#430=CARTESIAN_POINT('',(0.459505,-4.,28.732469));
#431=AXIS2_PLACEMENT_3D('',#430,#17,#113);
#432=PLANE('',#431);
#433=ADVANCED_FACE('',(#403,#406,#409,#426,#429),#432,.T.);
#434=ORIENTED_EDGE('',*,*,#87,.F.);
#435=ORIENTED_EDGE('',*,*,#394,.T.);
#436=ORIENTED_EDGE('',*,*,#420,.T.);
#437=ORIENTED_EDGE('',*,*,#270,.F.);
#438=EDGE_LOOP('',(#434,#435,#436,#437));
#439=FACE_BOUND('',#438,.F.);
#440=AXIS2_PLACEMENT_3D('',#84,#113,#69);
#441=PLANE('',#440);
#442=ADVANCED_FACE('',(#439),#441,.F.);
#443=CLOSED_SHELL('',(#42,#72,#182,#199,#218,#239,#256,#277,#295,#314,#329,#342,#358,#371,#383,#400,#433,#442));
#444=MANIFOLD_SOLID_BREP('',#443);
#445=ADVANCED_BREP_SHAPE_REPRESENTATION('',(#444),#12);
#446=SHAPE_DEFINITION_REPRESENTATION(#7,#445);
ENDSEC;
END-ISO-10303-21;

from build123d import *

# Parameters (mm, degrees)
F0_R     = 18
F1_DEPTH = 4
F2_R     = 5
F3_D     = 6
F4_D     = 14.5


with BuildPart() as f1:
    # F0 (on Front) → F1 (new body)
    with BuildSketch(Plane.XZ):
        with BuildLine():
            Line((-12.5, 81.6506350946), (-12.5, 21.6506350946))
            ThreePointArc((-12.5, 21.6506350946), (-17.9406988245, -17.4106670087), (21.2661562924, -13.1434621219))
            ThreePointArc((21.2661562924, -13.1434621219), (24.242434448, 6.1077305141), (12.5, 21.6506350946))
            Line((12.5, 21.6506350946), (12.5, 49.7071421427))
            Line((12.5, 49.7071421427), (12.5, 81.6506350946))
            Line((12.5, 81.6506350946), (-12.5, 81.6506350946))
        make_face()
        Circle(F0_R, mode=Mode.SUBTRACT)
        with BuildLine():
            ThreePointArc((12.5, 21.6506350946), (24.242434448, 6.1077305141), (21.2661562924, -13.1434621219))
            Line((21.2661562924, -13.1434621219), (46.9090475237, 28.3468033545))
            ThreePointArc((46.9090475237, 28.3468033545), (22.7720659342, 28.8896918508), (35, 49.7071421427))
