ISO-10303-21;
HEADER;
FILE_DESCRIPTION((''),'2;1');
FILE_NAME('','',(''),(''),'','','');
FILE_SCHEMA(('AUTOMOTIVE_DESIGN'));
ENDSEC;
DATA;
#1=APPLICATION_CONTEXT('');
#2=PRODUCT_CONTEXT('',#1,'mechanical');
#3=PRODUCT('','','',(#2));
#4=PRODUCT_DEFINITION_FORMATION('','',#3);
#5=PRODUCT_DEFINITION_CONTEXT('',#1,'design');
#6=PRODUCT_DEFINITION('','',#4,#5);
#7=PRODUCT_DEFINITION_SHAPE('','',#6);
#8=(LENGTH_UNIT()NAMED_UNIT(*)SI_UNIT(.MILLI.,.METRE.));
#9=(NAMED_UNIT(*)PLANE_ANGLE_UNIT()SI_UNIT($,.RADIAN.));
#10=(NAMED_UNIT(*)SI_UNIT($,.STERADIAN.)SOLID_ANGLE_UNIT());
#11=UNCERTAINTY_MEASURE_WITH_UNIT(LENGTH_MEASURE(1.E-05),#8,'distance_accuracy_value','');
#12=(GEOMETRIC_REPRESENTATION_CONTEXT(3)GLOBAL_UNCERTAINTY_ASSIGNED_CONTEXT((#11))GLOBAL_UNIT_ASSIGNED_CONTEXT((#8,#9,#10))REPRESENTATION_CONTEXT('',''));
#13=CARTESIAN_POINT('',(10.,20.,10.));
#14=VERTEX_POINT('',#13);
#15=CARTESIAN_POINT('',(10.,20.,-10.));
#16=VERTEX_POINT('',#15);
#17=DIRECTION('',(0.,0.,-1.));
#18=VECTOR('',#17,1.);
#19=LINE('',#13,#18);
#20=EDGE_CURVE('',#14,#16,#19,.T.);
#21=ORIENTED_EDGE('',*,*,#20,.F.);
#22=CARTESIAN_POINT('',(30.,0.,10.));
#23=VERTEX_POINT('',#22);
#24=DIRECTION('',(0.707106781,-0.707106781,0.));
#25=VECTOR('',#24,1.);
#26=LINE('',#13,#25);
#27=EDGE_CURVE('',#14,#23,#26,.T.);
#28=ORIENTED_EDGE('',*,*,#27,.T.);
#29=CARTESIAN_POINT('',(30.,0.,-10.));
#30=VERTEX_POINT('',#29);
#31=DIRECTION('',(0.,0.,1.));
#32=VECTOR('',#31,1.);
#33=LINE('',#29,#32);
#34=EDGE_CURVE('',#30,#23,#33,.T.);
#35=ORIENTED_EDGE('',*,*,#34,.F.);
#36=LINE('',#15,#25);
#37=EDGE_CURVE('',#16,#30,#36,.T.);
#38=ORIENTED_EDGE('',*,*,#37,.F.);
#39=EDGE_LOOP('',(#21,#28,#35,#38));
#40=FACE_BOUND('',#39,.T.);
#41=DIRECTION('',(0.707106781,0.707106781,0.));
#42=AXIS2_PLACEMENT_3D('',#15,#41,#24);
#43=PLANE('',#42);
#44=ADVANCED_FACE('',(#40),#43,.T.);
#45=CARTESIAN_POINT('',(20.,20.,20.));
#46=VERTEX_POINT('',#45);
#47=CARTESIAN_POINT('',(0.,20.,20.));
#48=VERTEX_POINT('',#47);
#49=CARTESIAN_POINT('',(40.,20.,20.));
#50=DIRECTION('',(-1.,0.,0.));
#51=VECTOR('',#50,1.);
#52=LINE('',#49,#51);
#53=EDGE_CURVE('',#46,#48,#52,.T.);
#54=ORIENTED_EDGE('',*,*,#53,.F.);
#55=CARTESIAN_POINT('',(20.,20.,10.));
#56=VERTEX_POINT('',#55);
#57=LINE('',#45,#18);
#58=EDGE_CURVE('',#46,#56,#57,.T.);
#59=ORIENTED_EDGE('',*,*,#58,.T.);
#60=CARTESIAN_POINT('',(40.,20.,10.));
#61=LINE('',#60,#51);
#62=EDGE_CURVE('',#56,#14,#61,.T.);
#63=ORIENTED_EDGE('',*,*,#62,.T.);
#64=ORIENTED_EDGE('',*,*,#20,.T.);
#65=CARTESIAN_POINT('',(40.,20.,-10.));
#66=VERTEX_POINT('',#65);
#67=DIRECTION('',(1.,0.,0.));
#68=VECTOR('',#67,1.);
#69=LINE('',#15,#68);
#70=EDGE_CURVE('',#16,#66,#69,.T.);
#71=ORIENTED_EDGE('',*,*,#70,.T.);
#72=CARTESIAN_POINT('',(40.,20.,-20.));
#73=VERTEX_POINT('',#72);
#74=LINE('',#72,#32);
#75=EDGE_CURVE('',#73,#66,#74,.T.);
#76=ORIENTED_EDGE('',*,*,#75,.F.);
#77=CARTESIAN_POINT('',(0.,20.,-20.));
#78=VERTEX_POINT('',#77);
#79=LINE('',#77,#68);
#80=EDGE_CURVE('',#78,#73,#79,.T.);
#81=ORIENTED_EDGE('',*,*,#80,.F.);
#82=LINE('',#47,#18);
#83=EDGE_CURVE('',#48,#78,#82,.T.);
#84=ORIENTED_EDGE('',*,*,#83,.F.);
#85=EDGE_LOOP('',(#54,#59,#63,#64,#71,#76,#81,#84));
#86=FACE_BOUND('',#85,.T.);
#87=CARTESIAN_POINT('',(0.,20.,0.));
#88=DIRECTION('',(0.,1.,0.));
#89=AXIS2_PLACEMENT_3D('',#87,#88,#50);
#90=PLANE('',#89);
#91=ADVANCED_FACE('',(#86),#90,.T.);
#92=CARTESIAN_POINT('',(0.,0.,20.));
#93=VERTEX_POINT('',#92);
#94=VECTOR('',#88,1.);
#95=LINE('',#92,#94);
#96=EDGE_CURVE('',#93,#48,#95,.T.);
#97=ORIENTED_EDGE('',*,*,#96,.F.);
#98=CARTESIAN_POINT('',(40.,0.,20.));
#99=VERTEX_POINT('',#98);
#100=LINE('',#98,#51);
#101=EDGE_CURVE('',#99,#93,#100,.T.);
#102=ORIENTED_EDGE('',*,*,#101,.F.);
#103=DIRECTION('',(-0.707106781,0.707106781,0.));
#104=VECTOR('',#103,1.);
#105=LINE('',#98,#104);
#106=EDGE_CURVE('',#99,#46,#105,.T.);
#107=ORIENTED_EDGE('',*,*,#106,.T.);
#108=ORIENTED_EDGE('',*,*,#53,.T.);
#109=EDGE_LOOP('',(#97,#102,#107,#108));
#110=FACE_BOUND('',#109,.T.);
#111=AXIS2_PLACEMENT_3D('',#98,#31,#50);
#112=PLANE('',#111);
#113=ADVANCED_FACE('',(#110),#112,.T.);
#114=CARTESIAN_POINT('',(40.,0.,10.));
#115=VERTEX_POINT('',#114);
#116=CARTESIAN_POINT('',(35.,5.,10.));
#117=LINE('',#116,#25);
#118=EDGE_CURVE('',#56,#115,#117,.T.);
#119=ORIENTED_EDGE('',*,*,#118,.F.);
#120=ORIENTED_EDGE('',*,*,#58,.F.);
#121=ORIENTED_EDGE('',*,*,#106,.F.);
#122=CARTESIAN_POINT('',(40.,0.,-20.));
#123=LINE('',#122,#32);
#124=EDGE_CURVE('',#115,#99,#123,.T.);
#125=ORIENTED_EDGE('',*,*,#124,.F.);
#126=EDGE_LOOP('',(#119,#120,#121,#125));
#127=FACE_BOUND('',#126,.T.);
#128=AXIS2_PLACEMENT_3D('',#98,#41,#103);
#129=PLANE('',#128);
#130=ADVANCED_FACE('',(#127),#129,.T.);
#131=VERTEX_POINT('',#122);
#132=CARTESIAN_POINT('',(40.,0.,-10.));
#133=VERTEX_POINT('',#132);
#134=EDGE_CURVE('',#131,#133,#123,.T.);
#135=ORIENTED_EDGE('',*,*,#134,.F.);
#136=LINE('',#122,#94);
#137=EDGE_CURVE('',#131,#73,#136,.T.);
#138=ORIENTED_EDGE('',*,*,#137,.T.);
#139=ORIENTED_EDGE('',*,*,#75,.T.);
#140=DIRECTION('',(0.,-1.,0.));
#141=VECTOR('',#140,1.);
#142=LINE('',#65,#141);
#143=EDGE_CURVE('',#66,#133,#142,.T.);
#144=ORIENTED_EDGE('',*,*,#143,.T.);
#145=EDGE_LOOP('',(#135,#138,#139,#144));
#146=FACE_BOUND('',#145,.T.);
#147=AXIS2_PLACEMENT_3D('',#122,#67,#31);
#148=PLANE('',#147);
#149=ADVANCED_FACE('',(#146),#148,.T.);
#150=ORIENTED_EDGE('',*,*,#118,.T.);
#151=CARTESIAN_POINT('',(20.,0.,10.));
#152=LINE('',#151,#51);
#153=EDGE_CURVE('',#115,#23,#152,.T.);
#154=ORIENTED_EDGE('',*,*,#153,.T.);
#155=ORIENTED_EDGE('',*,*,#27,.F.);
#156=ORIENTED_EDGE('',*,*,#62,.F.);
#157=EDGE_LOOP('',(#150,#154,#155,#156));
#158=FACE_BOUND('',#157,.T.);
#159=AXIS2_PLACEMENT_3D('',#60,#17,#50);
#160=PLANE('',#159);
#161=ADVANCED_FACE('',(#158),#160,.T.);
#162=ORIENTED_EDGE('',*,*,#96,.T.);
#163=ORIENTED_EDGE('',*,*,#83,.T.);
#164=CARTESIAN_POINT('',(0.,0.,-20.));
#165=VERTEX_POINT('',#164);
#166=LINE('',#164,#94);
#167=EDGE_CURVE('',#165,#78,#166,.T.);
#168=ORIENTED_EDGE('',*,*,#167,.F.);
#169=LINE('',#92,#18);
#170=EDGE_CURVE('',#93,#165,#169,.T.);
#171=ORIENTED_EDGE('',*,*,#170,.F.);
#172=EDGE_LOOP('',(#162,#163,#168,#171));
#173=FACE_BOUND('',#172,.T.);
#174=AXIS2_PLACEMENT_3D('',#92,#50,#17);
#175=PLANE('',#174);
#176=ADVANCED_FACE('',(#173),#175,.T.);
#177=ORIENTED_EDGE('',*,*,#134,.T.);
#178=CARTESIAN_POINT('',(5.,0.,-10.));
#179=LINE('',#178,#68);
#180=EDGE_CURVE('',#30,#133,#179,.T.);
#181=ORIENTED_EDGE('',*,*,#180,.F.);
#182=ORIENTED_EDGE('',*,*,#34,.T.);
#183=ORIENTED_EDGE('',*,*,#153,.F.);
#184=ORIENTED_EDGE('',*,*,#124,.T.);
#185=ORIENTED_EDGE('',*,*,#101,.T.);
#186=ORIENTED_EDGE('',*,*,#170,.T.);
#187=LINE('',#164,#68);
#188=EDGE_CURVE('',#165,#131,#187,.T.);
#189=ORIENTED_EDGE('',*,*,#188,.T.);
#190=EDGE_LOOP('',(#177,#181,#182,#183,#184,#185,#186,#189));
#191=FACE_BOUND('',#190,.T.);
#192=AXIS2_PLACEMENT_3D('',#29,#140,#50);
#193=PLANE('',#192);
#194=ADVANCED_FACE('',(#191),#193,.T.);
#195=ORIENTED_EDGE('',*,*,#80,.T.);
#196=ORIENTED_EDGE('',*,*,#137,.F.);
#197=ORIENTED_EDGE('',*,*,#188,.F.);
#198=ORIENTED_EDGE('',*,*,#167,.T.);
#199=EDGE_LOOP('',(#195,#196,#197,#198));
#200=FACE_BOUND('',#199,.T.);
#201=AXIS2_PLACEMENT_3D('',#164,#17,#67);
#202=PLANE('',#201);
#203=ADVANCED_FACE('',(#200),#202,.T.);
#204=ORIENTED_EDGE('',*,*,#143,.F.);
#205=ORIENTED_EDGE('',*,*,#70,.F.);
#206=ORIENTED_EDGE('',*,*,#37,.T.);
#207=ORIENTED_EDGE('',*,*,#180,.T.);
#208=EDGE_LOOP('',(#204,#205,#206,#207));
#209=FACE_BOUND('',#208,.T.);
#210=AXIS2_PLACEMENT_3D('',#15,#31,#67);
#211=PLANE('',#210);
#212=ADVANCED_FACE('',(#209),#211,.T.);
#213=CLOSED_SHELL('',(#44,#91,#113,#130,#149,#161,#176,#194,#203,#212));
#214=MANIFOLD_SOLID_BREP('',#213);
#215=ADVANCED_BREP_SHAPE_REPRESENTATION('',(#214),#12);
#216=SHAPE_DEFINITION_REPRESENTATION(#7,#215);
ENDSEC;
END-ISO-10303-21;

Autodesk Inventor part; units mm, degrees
ref_plane "YZ Plane" through (0, 0, 0) normal (1, 0, 0) x (0, 1, 0)
ref_plane "XZ Plane" through (0, 0, 0) normal (0, 1, 0) x (-1, 0, 0)
ref_plane "XY Plane" through (0, 0, 0) normal (0, 0, 1) x (1, 0, 0)
sketch "草圖1" plane through (0, 0, 0) normal (0, 1, 0) x (-1, 0, 0)
  line L0 (0, -20) -> (-40, -20)
  line L1 (-40, -20) -> (-40, 20)
  line L2 (-40, 20) -> (0, 20)
  line L3 (0, 20) -> (0, -20)
  point P0 (0, 0)
  point P1 (0, 0)
  dimension "d0" = 40
  dimension "d1" = 40
extrude "擠出1" add sketch "草圖1" along normal blind 20
sketch "草圖2" plane through (0, 20, 0) normal (0, 1, 0) x (1, 0, 0)
  line L0 (0, 20) -> (40, 20) projected
  line L1 (40, 20) -> (40, -20) projected
  line L2 (40, -20) -> (0, -20) projected
  line L3 (0, -20) -> (0, 20) projected
  line L4 (10, 10) -> (40, 10)
  line L5 (40, 10) -> (40, -10)
  line L6 (40, -10) -> (10, -10)
  line L7 (10, -10) -> (10, 10)
  point P0 (0, 0)
  point P1 (40, 0)
  dimension "d4" = 20
  dimension "d5" = 30
extrude "擠出2" cut sketch "草圖2" against normal through all contours L1 L6 L7 L4
sketch "草圖3" plane through (0, 0, 20) normal (0, 0, 1) x (1, 0, 0)
  line L0 (40, 0) -> (0, 0) projected
  line L1 (0, 0) -> (0, 20) projected
  line L2 (0, 20) -> (40, 20) projected
  line L3 (40, 20) -> (40, 0) projected
  line L4 (40, 0) -> (40, 20) projected
  line L5 (40, 0) -> (20, 20)
  dimension "d8" = 20
extrude "擠出3" cut sketch "草圖3" against normal blind 13 contours L5 L2 L3
sketch "草圖4" plane through (10, 20, -10) normal (0, 0, 1) x (1, 0, 0)
  line L0 (-10, 0) -> (0, 0) projected
  line L1 (0, 0) -> (30, 0) projected
  line L2 (30, 0) -> (30, -20) projected
  line L3 (30, -20) -> (0, -20) projected
  line L4 (0, -20) -> (-10, -20) projected
  line L5 (-10, -20) -> (-10, 0) projected
  line L6 (0, 0) -> (0, -20) projected
  line L7 (0, 0) -> (20, -20)
  line L8 (30, -20) -> (-10, -20) projected
  dimension "d11" = 30
extrude "擠出4" add sketch "草圖4" along normal up to surface (20 mm away) contours L7 L3 L6
properties part number "48" material "鋼、碳鋼"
◆ ◆ ◆
PROBLEM: All lines in the listing above between the line with "#31=DIRECTION('',(0.,0.,1.));" and the line with "#43=PLANE('',#42);", inclusive, should be set down exactly, and no line outside that range.

TASK OUTPUT:
#31=DIRECTION('',(0.,0.,1.));
#32=VECTOR('',#31,1.);
#33=LINE('',#29,#32);
#34=EDGE_CURVE('',#30,#23,#33,.T.);
#35=ORIENTED_EDGE('',*,*,#34,.F.);
#36=LINE('',#15,#25);
#37=EDGE_CURVE('',#16,#30,#36,.T.);
#38=ORIENTED_EDGE('',*,*,#37,.F.);
#39=EDGE_LOOP('',(#21,#28,#35,#38));
#40=FACE_BOUND('',#39,.T.);
#41=DIRECTION('',(0.707106781,0.707106781,0.));
#42=AXIS2_PLACEMENT_3D('',#15,#41,#24);
#43=PLANE('',#42);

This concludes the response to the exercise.